_Your assignment_.
Look through the records below, and copy out every line that holds the string "ThreePointArc".
- - - - - - -
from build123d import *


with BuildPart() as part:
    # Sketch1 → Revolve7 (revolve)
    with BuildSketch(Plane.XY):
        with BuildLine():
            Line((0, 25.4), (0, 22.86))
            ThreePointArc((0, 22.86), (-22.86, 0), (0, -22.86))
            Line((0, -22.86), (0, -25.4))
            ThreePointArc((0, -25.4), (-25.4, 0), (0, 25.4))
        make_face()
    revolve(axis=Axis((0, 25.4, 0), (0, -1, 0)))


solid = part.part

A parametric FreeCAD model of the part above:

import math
import FreeCAD as App
import Part
import Sketcher
Q = App.Units.Quantity

doc = App.newDocument("Part")
body = doc.addObject("PartDesign::Body", "Body")

# Sketch on XY plane
sketch1 = body.newObject("Sketcher::SketchObject", "Sketch")
sketch1.AttachmentSupport = (doc.getObject("XY_Plane"), [""])
sketch1.MapMode = "FlatFace"
sketch1.addGeometry([
    Part.LineSegment(App.Vector(0, 22.9, 0), App.Vector(0, 25.4, 0)),
    Part.ArcOfCircle(Part.Circle(App.Vector(0, 0, 0), App.Vector(0, 0, 1), 25.4), math.radians(90), math.radians(270)),
    Part.LineSegment(App.Vector(0, -25.4, 0), App.Vector(0, -22.9, 0)),
    Part.ArcOfCircle(Part.Circle(App.Vector(0, 0, 0), App.Vector(0, 0, 1), 22.9), math.radians(90), math.radians(270)),
], False)
sketch1.addConstraint([
    Sketcher.Constraint("Coincident", 0, 2, 1, 1),
    Sketcher.Constraint("Coincident", 1, 2, 2, 1),
    Sketcher.Constraint("Coincident", 2, 2, 3, 2),
    Sketcher.Constraint("Coincident", 3, 1, 0, 1),
    Sketcher.Constraint("Vertical", 0),
    Sketcher.Constraint("Vertical", 2),
    Sketcher.Constraint("Coincident", 1, 3, -1, 1),
    Sketcher.Constraint("Coincident", 3, 3, -1, 1),
    Sketcher.Constraint("PointOnObject", 0, 2, -2),
    Sketcher.Constraint("PointOnObject", 1, 2, -2),
    Sketcher.Constraint("Radius", 1, Q("1 in")),
    Sketcher.Constraint("Radius", 3, Q("0.9 in")),
])
revolution = body.newObject("PartDesign::Revolution", "Revolution")
revolution.Profile = sketch1
revolution.ReferenceAxis = (sketch1, ["V_Axis"])
revolution.Angle = 360

doc.recompute()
- - - - - - -
_Answer box_.
            ThreePointArc((0, 22.86), (-22.86, 0), (0, -22.86))
            ThreePointArc((0, -25.4), (-25.4, 0), (0, 25.4))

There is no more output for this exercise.